B. NATURAL ACCUMULATION ANALYSIS
In Wyoming, the owner or occupier of premises is not liable for injuries resulting from a slip and fall on a natural accumulation of snow and ice. Eiselein v. K-Mart, Inc., 868 P.2d 893, 897 (Wyo. 1994). Further, we have held that there is no liability when the dangers surrounding such natural accumulation are obvious or are as well known to the plaintiff as the defendant. Sherman v. Platte County, 642 P.2d 787, 789 (Wyo. 1982). Liability attaches only if the owner or occupier creates an unnatural accumulation that is substantially different in volume or course than would naturally occur. Eiselein, 868 P.2d at 898. To prove that an accumulation of snow and ice is unnatural, a plaintiff must show that the defendant created or aggravated the hazard, that the defendant knew or should have known of the hazard, and that the hazardous condition was substantially more dangerous than it would have been in its natural state. Myers v. Forest City Ent., Inc., 92 Ohio App.3d 351, 635 N.E.2d 1268, 1269 (1993).

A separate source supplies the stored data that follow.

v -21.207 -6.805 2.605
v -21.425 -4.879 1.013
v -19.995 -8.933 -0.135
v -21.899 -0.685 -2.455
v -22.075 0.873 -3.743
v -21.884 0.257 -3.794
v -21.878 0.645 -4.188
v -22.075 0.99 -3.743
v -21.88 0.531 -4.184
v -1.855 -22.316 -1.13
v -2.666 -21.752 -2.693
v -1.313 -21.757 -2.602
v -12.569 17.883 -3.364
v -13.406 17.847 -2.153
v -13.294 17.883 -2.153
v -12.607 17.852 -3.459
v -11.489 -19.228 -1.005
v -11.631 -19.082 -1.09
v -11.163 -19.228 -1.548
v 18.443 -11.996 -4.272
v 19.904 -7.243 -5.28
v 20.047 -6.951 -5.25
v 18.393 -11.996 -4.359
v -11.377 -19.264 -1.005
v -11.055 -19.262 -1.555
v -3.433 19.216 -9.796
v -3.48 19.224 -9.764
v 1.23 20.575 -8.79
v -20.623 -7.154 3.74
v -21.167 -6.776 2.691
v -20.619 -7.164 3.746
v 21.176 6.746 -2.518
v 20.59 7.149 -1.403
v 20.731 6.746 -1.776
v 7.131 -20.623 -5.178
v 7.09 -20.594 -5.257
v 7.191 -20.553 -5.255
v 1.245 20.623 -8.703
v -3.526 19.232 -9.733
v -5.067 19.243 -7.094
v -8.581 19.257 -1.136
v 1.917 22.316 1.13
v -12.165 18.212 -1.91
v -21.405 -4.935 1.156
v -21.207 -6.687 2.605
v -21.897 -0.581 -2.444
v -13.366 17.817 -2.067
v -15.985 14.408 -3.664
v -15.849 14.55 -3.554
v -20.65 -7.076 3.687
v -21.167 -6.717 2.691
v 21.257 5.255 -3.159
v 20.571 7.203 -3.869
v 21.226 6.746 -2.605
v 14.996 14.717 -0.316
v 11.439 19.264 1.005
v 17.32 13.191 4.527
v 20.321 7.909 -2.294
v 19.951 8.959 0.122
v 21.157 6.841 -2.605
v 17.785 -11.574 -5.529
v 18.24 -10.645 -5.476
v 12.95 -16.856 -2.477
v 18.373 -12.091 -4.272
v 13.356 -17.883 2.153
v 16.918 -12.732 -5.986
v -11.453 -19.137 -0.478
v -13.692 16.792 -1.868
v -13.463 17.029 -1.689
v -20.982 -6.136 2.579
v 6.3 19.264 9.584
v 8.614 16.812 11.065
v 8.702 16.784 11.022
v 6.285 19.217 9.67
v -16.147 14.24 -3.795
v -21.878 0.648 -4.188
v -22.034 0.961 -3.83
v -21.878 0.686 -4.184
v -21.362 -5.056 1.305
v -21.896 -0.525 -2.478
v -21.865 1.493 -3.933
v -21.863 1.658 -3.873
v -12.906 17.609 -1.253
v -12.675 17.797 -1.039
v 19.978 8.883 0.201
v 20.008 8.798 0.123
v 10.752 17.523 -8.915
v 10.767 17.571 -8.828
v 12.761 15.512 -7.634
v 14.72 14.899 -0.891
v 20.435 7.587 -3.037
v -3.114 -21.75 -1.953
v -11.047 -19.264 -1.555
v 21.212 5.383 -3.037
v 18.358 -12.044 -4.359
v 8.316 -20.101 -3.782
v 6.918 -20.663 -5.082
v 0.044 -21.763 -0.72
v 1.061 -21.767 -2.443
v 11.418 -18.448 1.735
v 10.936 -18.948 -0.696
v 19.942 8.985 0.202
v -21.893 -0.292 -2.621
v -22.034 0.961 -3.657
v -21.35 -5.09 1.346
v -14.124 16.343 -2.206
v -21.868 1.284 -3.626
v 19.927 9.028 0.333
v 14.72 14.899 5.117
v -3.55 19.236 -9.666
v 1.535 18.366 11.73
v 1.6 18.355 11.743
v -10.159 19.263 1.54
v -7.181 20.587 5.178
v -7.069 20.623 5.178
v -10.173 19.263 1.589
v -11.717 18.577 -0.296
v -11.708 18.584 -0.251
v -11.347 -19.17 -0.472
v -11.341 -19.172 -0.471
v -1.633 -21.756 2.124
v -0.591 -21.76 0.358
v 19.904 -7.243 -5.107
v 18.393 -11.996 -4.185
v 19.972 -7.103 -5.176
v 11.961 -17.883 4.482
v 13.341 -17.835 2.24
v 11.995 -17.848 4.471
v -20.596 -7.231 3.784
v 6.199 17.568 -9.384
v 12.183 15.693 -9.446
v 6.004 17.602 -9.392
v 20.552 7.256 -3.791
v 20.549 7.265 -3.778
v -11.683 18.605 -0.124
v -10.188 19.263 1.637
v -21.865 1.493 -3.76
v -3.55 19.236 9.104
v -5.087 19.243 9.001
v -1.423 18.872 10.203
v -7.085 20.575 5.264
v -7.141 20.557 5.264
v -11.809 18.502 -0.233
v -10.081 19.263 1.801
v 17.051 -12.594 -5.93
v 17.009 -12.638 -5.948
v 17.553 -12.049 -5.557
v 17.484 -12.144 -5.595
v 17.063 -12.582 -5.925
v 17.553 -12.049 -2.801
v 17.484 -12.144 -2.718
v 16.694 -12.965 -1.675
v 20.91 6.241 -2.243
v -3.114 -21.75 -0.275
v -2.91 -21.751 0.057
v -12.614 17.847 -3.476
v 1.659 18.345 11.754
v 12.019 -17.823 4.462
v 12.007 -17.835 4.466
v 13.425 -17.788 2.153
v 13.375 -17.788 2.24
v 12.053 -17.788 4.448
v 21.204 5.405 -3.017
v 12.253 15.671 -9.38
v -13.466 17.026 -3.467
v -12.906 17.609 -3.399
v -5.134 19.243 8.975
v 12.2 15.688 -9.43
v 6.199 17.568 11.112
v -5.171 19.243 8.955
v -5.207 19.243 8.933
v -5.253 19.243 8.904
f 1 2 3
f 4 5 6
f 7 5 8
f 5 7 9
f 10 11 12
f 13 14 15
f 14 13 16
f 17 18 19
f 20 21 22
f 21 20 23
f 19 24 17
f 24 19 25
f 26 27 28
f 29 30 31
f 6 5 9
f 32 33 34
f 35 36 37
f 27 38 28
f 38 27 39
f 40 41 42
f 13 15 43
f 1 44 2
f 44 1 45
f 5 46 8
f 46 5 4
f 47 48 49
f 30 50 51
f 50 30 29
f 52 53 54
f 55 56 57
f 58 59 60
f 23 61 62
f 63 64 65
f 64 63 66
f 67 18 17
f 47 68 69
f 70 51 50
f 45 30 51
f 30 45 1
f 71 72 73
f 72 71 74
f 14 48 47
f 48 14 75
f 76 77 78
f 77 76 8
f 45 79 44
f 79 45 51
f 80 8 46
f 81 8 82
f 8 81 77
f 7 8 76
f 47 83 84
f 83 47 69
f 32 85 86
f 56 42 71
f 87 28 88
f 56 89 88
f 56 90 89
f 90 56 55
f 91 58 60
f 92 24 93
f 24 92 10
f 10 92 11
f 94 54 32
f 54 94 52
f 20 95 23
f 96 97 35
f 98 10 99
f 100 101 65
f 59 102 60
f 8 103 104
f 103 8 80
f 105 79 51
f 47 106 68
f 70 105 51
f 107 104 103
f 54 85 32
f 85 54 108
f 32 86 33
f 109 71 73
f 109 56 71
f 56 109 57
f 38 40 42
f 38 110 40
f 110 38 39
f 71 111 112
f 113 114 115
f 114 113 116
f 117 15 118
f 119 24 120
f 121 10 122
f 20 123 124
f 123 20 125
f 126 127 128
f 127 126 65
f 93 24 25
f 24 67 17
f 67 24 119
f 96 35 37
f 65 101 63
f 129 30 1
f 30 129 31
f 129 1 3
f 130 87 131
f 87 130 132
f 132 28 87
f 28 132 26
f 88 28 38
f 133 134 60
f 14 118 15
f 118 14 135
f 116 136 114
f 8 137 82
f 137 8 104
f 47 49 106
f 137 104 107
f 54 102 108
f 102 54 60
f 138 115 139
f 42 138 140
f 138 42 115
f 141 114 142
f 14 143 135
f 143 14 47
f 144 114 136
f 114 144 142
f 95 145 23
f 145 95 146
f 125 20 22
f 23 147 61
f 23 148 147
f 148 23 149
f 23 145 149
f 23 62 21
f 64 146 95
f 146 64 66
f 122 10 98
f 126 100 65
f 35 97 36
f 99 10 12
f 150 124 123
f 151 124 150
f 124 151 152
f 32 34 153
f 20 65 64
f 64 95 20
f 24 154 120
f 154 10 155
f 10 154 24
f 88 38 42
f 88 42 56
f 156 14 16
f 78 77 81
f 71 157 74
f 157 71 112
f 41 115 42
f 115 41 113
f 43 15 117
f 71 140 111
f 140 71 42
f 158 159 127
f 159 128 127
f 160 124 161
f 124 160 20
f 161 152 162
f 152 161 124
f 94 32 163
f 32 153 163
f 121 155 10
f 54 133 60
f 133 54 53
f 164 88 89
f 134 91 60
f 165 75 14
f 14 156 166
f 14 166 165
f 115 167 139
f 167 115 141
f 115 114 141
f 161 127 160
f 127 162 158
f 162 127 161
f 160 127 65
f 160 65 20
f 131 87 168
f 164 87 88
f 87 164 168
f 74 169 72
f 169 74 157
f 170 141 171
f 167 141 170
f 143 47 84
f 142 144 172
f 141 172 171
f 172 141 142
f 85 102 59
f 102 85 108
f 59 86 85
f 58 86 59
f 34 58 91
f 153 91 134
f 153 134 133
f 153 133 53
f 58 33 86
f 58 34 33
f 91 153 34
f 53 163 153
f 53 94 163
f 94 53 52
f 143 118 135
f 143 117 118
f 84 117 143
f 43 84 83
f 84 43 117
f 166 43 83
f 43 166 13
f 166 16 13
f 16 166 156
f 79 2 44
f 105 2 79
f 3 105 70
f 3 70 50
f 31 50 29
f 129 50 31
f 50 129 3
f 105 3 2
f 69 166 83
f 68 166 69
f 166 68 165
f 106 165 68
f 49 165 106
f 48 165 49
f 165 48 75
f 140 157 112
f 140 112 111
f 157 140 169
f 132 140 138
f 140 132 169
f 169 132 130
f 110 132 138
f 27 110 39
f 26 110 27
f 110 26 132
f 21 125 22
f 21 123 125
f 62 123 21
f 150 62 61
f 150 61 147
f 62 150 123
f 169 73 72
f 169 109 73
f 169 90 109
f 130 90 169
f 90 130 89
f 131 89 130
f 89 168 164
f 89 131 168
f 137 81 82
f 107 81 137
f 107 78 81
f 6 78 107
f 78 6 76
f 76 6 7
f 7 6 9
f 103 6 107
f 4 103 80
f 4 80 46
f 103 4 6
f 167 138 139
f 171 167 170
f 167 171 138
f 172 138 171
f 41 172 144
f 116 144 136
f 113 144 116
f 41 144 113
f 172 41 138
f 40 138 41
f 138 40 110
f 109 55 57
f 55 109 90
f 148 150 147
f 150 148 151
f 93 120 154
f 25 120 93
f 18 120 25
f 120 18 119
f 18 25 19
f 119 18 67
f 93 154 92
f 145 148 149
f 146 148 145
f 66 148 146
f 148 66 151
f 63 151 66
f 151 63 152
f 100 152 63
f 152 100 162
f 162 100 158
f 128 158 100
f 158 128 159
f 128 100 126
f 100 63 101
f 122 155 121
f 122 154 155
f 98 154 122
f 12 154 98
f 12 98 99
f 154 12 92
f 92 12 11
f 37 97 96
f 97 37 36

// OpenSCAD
// Auto-generated OpenSCAD file

    inner_points = 10*[[2.1663170564831677, -0.34419785617257703, -0.38765607758297516], [-1.442996025981491, 0.7866986144158923, 1.519751628063399], [1.8552345149142868, 0.08938090208747582, -1.233372999913796], [-1.7540785675503718, 1.2202773726759453, 0.6740347057325782], [1.7453064030745096, -1.2048588295271065, -0.6740347057325782], [-1.864006679390149, -0.07396235893863715, 1.233372999913796], [1.4342238615056286, -0.7712800712670536, -1.519751628063399], [-2.1750892209590305, 0.35961639932141576, 0.38765607758297516], [1.468891681862331, 1.4803448655131184, 0.8042791895681101], [0.6168484423213675, 1.7473133080865888, 1.2545570689075638], [-0.31453806522834865, -2.1654735231978033, -0.4088401465767429], [-1.1665813047693123, -1.8985050806243329, 0.0414377327627109], [0.43898102104550846, -0.34681056725634735, 2.1595854401021617], [-0.026742532112712505, 1.2228900837597156, -1.873206811952559], [-0.8787857716536761, 1.489858526333186, -1.4229289326131052], [0.0179703676368501, -1.207471540610877, 1.873206811952559], [-0.44775318552137083, 0.36222911040518607, -2.1595854401021617], [-1.2997964250623344, 0.6291975529786564, -1.7093075607627082], [-1.1385344489428022, -0.0769022418107572, 1.921618159677706], [1.12976228446694, 0.09232078495959586, -1.921618159677706], [-1.9529591160768351, 1.0582216841140362, -0.29249748784533813], [1.872568425092638, 1.215193370477562, -0.07135759109804152], [-0.358109735910173, 1.914125827058532, 1.1074852013948724], [0.3493375714343106, -1.8987072839096932, -1.1074852013948724], [-1.8813405895685003, -1.1997748273287232, 0.07135759109804152], [1.1094776222383604, 0.34997776999835917, 1.9047907760005465], [0.007257421988691212, -1.903261911034367, 1.1550417938533186], [2.1770300021313265, 0.35159251425091276, 0.33050894051626534], [-0.5802398407923681, 1.2155205422659117, 1.7876387668231855], [1.673687876566175, 1.0531376819156528, -1.0378897846759576], [-1.0835819663575201, 1.9170657099306518, 0.4192400416309626], [1.0748098018816579, -1.9016471667818131, -0.4192400416309626], [-1.6824600410420372, -1.037719138766814, 1.0378897846759576], [0.5714676763165056, -1.200101999117073, -1.7876387668231855], [-2.185802166607189, -0.33617397110207403, -0.33050894051626534], [1.7733532589010197, 0.6167440092864692, 1.206145721182417], [0.3947183374391723, 1.0487080232939685, 1.9347106343358773], [0.4109341652189982, -2.168413406069923, 0.2794050131871669], [-0.9677007562428493, -1.736449392062424, 1.0079699263406272], [-0.2757782637536796, 0.35191968603926227, 2.1895052984374925], [0.948215646118828, 1.056077564787773, -1.7261349444398677], [-1.282462514883983, 1.7550100213687425, -0.5472921519469536], [-0.9569878105946905, -1.0406590216389342, 1.7261349444398677], [0.2670060992778172, -0.33650114289042354, -2.1895052984374925], [-1.9636720617249939, 0.3624313136905462, -1.0106625059445786]];

    outer_points = 10*[[1.269058091079478, 1.2537842356028754, 1.3429760346034532], [-1.1407886362053834, -1.916917683440805, -0.10047815641416535], [0.6269353347347499, 1.916917683440805, 0.9583562273355116], [-1.7829113925501114, -1.2537842356028754, -0.4850979636821068], [1.7829113925501114, 1.2537842356028754, 0.4850979636821068], [-0.6269353347347499, -1.916917683440805, -0.9583562273355116], [1.1407886362053834, 1.916917683440805, 0.10047815641416535], [-1.269058091079478, -1.2537842356028754, -1.3429760346034532], [-0.48285355807647146, 0.04268387072270685, 2.179701471792137], [-1.0517412010710958, -0.7058173185606367, 1.8389481603050128], [1.693863957415824, 0.04268387072270685, -1.4543283530370714], [1.1249763144211997, -0.7058173185606367, -1.7950816645241956], [0.8186673506552729, -1.7787897762393126, 1.073200204257045], [-1.3325206521259063, 1.7787897762393126, -0.21532213333569883], [-1.9014082951205304, 1.0302885869559693, -0.556075444822823], [1.3325206521259063, -1.7787897762393126, 0.21532213333569883], [-0.8186673506552729, 1.7787897762393126, -1.073200204257045], [-1.387554993649897, 1.0302885869559693, -1.4139535157441694], [-0.18857781353705078, -2.2221043244817307, -0.11295466728279542], [0.18857781353705078, 2.2221043244817307, 0.11295466728279542], [-1.8696770145973163, -0.48599841896512486, -1.1199023954567], [-0.1848857624061775, 0.979800777081756, 1.9979678850244973], [-1.6742529475459202, -0.979800777081756, 1.1058641337721262], [1.6742529475459202, 0.979800777081756, -1.1058641337721262], [0.1848857624061775, -0.979800777081756, -1.9979678850244973], [0.4889682744617646, -1.1996196766772678, 1.8187607416585618], [1.834253682943229, -1.1996196766772678, -0.42719320621671564], [0.7673250602621547, 0.6746141360408304, 1.9854913741558673], [-1.073634024028082, -1.7475865937195063, 0.8827904946253733], [-0.27165138445338266, 1.7475865937195063, 1.3631634532499042], [-2.112610468743619, -0.6746141360408304, 0.26046257371941006], [2.112610468743619, 0.6746141360408304, -0.26046257371941006], [0.27165138445338266, -1.7475865937195063, -1.3631634532499042], [1.073634024028082, 1.7475865937195063, -0.8827904946253733], [-0.7673250602621547, -0.6746141360408304, -1.9854913741558673], [0.469357264591861, -0.26250277031821867, 2.167224960923507], [-0.4511222775532575, -1.473603135198387, 1.6158745211582601], [2.1322214786135234, -0.26250277031821867, -0.6089267929843553], [1.2117419364684048, -1.473603135198387, -1.1602772327496023], [-0.12142320135974954, -2.0527732347604317, 0.8703139837567432], [-0.7100089056510817, 2.0527732347604317, 0.517761893197188], [-2.1993760907908246, 0.09317168059691994, -0.3743418580551833], [0.7100089056510817, -2.0527732347604317, -0.517761893197188], [0.12142320135974954, 2.0527732347604317, -0.8703139837567432], [-1.3679439837799934, 0.09317168059691994, -1.7624177350091146]];

    // Convex hull for inner set (I)
    module inner_hull() {
        hull() {
            for (p = inner_points) {
                translate(p) sphere(r=0.1);
            }
        }
    }

    // Convex hull for outer set (O) minus inner hull (O \ I)
    module outer_minus_inner() {
        difference() {
            hull() {
                for (p = outer_points) {
                    translate(p) sphere(r=0.1);
                }
            }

The issue in this case is whether pedestrian packed snow and ice on a deck and the steps descending from that deck is a natural accumulation of snow and ice. We conclude that pedestrian packed snow and ice is not substantially more dangerous than snow and ice in its natural state. Therefore, we hold that pedestrian packed snow and ice is a natural accumulation and that an owner or occupier of premises upon which such an accumulation occurs is not liable for injuries incurred as a result of a slip and fall accident on that natural accumulation. Erasmus v. Chicago Housing Authority, 86 Ill. App.3d 142, 41 Ill.Dec. 533, 535, 407 N.E.2d 1031, 1033 (1980). The district court correctly applied the natural accumulation rule in granting summary judgment against Pullman on his first claim for relief.

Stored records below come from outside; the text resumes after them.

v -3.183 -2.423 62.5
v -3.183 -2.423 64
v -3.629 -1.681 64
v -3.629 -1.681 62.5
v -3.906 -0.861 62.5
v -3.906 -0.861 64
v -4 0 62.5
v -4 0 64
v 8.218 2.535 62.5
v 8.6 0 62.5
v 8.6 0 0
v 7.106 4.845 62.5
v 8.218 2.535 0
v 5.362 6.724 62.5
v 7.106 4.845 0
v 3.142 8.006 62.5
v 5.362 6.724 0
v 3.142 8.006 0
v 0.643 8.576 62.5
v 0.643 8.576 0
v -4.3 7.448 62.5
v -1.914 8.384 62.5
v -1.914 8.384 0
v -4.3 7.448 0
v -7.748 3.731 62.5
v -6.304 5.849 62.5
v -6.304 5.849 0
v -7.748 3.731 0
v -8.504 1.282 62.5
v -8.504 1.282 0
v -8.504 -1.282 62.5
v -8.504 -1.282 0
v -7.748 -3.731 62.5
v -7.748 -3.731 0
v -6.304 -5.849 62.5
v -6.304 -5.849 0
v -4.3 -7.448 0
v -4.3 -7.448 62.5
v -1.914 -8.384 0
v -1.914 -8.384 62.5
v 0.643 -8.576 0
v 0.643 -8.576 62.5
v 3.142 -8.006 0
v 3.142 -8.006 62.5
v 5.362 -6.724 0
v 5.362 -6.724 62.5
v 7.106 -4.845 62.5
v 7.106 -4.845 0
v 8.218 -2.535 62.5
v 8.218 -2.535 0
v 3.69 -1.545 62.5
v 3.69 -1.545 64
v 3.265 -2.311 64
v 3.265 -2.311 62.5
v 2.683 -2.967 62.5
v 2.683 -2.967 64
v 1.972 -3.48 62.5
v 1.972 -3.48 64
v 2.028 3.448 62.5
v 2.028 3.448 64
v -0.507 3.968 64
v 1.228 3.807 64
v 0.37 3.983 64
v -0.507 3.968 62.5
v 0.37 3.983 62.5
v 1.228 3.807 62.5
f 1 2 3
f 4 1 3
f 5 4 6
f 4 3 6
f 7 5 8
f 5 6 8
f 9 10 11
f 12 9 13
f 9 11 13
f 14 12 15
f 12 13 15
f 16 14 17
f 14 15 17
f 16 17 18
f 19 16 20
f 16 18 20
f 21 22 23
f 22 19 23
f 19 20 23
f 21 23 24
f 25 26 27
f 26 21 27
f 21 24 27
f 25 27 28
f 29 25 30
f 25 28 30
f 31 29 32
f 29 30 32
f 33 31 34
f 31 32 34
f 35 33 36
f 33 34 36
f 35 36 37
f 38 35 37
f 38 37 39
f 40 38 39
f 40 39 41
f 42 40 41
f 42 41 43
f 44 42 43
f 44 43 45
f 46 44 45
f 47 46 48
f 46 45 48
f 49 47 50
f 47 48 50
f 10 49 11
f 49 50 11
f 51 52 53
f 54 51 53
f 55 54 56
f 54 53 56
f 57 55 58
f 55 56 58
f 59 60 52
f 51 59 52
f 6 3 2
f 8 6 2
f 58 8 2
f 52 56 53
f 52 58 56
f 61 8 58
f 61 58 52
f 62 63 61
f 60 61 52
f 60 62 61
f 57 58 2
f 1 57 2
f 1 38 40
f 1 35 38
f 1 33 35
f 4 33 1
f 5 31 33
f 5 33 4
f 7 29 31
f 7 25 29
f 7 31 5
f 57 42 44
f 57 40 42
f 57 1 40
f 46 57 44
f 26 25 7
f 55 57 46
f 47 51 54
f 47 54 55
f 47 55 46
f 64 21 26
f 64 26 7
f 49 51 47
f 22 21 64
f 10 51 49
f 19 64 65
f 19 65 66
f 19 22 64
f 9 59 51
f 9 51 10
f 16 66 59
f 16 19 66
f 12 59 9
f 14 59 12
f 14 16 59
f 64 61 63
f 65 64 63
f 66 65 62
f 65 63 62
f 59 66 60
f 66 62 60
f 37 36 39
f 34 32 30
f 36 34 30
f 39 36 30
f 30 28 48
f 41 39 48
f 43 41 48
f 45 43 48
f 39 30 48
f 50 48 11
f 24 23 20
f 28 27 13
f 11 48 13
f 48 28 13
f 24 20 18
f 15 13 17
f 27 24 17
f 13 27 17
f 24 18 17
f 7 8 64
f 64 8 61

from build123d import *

# Parameters (mm, degrees)
SKETCH_1_R          = 8.6
EXTRUDE_1_DEPTH     = 64
SKETCH_2_OUTSIDE_W  = 32.894
SKETCH_2_OUTSIDE_H  = 32.894
CUT_EXTRUDE_1_DEPTH = 1.5


with BuildPart() as part:
    # Эскиз1 → Бобышка-Вытянуть1 (new body)
    with BuildSketch(Plane.XY):
        Circle(SKETCH_1_R)
    extrude(amount=EXTRUDE_1_DEPTH)

    # Эскиз2 outside → Вырез-Вытянуть1 (cut)
    with BuildSketch(Plane.XY.offset(64)):
        Rectangle(SKETCH_2_OUTSIDE_W, SKETCH_2_OUTSIDE_H)
        with BuildLine():
            Line((2.028187196, 3.4476741), (3.689688099, -1.544733546))
            ThreePointArc((3.689688099, -1.544733546), (2.991550535, -2.655301376), (1.971679756, -3.480298685))
            Line((1.971679756, -3.480298685), (-3.182622543, -2.422996853))
            ThreePointArc((-3.182622543, -2.422996853), (-3.790151064, -1.278575346), (-4, 0))
            Line((-4, 0), (-0.507065556, 3.967730399))
            ThreePointArc((-0.507065556, 3.967730399), (0.803783179, 3.918409448), (2.028187196, 3.4476741))
        make_face(mode=Mode.SUBTRACT)
    extrude(amount=-CUT_EXTRUDE_1_DEPTH, mode=Mode.SUBTRACT)


solid = part.part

C. IMPACT OF THE UNIFORM BUILDING CODE
In his second claim for relief, Pullman insisted that Outzen's failure to strictly comply with the UBC constituted negligence per se. We disagree. This court has held, pursuant to Restatement (Second) of Torts § 286 (1965), that a court may , under certain circumstances, adopt as the standard of conduct of a reasonable man the requirements of a legislative enactment. Distad v. Cubin, 633 P.2d 167, 175 (Wyo. 1981). However, if such a standard is not adopted the unexcused violation of the enactment may serve as evidence of negligence. Id. at 176.
The UBC violations alleged in this case are irrelevant because the natural accumulation rule eliminated Outzen's duty. See Wicichowski v. Gladieux V. Enterprises, Inc., 54 Ohio App.3d 177, 561 N.E.2d 1012, 1014 (1988) (holding that insubstantial defects should not be actionable unless unreasonably dangerous and rejecting proximate cause arguments in the absence of a duty). Summary judgment was properly granted against Pullman on his second claim for relief.
IV. CONCLUSION
The decision of the district court is affirmed.